Grenssteden zijn marginaal in hun eigen land. Ze horen ver van het centrum te liggen, af en toe zullen vage geruchten doordringen tot in de hoofdstad. Sluis ligt op een strookje grond dat geografisch niets met de rest van Nederland te maken heeft. Zeeuws-Vlaanderen ligt daar ongenaakbaar afgesloten door de Westerschelde, het ligt wijd open naar België toe, waar dat janhagel woont dat in 1830 Holland niet goed genoeg vond. En in Zeeuws-Vlaanderen, Vlaanderen op zich is al een volslagen onhollandse naam, ligt Sluis dan nóg eens aan de grens.
Ik heb tijd genoeg om over die bizarre positie te mediteren, want ik rij er met de auto vanuit Brussel naartoe en die rit duurt me verrassend lang. Dus zelfs àls Zeeuws-Vlaanderen door een kronkel van de geschiedenis in België was komen te liggen, lag Sluis toch in een uithoek, aan een rand.
De enigen voor wie Sluis ten volle aan de andere kant van de grens ligt en tegelijkertijd volledig eigen bezit is, zijn de inwoners van het oude graafschap Vlaanderen. Brugge ligt via Westkapelle op twintig kilometer, naar Knokke is het negen kilometer, van bij de Sluisse kaai tot Damme loopt een vaart. Traditioneel gaan Westvlaamse gezinnen elk jaar een keer of wat naar Sluis, ook nu de boter er niet meer goedkoper is en de sekswinkels wat beginnen af te bladderen. Ze spreken dezelfde taal of, voor wie dat liever hoort, hetzelfde Westvlaamse dialect.
En ten slotte, kwam Van Dale niet uit Sluis? Die van de dikke Van Dale? Het kon de titel van een Vlaamse streekroman zijn, ‘De Dikke van Dale’.
(een staminee)
‘Weet ge 't al?’
Warden monkte het bachten zijnen baard.
‘Bah neen ik!’
‘Awa, van den dikken, den dikke van Dale.’
| |
| |
‘Gauw, welk is 't er nog met den dikken?’
‘Hij is dood, den dikke van Dale.’
‘Ah gij godver! 't En is niet waar! Ge vertelt voorzekers een kluchte! Den dikken! Dood!’
Kloeffe schartte op zijn kinne. Enz...
Het kon net zo goed een lijp Hollands winkeliersdrama zijn.
(een café)
‘Heb je het al gehoord van die dikke Van Dale?’
‘Wie?’
‘Aah, je weet wel, die vent die altijd eerst bessenjenever dronk en dan dronk-ie een kleintje pils.’
‘Ooh, die!
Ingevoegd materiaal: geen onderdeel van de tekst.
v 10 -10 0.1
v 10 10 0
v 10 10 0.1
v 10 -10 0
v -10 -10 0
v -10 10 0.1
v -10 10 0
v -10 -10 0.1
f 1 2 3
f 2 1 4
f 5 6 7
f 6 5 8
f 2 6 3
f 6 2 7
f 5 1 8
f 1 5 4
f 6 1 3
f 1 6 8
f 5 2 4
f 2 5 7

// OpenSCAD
// file: ../openscad/inspection.scad
// Domain-independent OpenSCAD inspection helpers.
//
// Public API:
//   util_section_inspect(axis, position, depth, direction)
//
// All dimensional values are millimetres.

module _util_section_slab(
    axis,
    position,
    depth,
    direction
) {
    span = 1000000;
    positive = direction == "Positive";

    if (axis == "X")
        translate([
            positive ? position : position - depth,
            -span / 2,
            -span / 2
        ])
            cube([depth, span, span]);
    else if (axis == "Y")
        translate([
            -span / 2,
            positive ? position : position - depth,
            -span / 2
        ])
            cube([span, depth, span]);
    else if (axis == "Z")
        translate([
            -span / 2,
            -span / 2,
            positive ? position : position - depth
        ])
            cube([span, span, depth]);
}

module util_section_inspect(
    axis = "None",
    position = 0,
    depth = 10,
    direction = "Positive"
) {
    assert(
        axis == "None" || axis == "X" || axis == "Y" || axis == "Z",
        str("util_section_inspect(): unsupported axis: ", axis)
    );

    if (axis == "None") {
        children();
    } else {
        assert(
            direction == "Positive" || direction == "Negative",
            str("util_section_inspect(): unsupported direction: ", direction)
        );
        assert(
            depth >= 0.1,
            str("util_section_inspect(): depth must be at least 0.1 mm, got ", depth)
        );

        intersection() {
            children();
            _util_section_slab(
                axis = axis,
                position = position,
                depth = depth,
                direction = direction
            );
        }
    }
}
// main file
use <../openscad/inspection.scad>

test_axis = is_undef(test_axis) ? "Z" : test_axis;
test_position = is_undef(test_position) ? 0 : test_position;
test_depth = is_undef(test_depth) ? 0.1 : test_depth;
test_direction = is_undef(test_direction) ? "Positive" : test_direction;

util_section_inspect(
    axis = test_axis,
    position = test_position,
    depth = test_depth,
    direction = test_direction
)
    cube([20, 20, 20], center = true);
Nou, wat is daarmee dan?’
‘Nou, die is dood. Hartstikke dood.’
‘Wat heb ik nou aan mijn fiets hangen! Dood? De dikke Van Dale?’ Enz...
Van Dale. Zijn naam is universeel Nederlands, niet Vlaams zoals Claerhoudt, niet Hollands zoals Lubbers en niet adellijk met scharnieren zoals Repelaer van Driel. Jansen of Jansens zou te banaal zijn om op een woordenboek te staan en bovendien zit je eeuwig met het probleem van die 's-en. De referentie aan de avonturen van Kuifje brengt de geloofwaardigheid van zo'n naslagwerk ernstig in het gedrang. Nee, Van Dale. Scandeer die naam, het is een amfibrachys, de omarmende versvoet. In zijn levenswerk heeft Johan Hendrik van Dale, hoofdonderwijzer en archivaris te Sluis, de Nederlandse taal geheel willen omvatten, of die nu in Holland, Brabant, Vlaanderen of Drenthe werd gesproken en geschreven, of ze gemeen of verheven was, wetenschappelijk of doodgewoon. De dikke Van Dale - overigens, Van Dale wàs niet dik, hij was klein.
Ik herinner me vaag dat ik ooit zijn borstbeeld op de wallen heb zien staan, toen ik in een vorig leven met mijn eerste echtgenote, een Westvlaamse natuurlijk, eens ging winkelen in Sluis. Op dat moment was Sluis nog een ver en nevelig vissersplaatsje. Van Dale. Waarom is die vent van dat woordenboek uitgerekend in Sluis geboren? Sluis begint me meer en meer aan te trekken, te intrigeren zelfs, ondanks herinneringen aan pannekoekenhuisjes en Westvlaamse huisvrouwen in bloemetjesjurken.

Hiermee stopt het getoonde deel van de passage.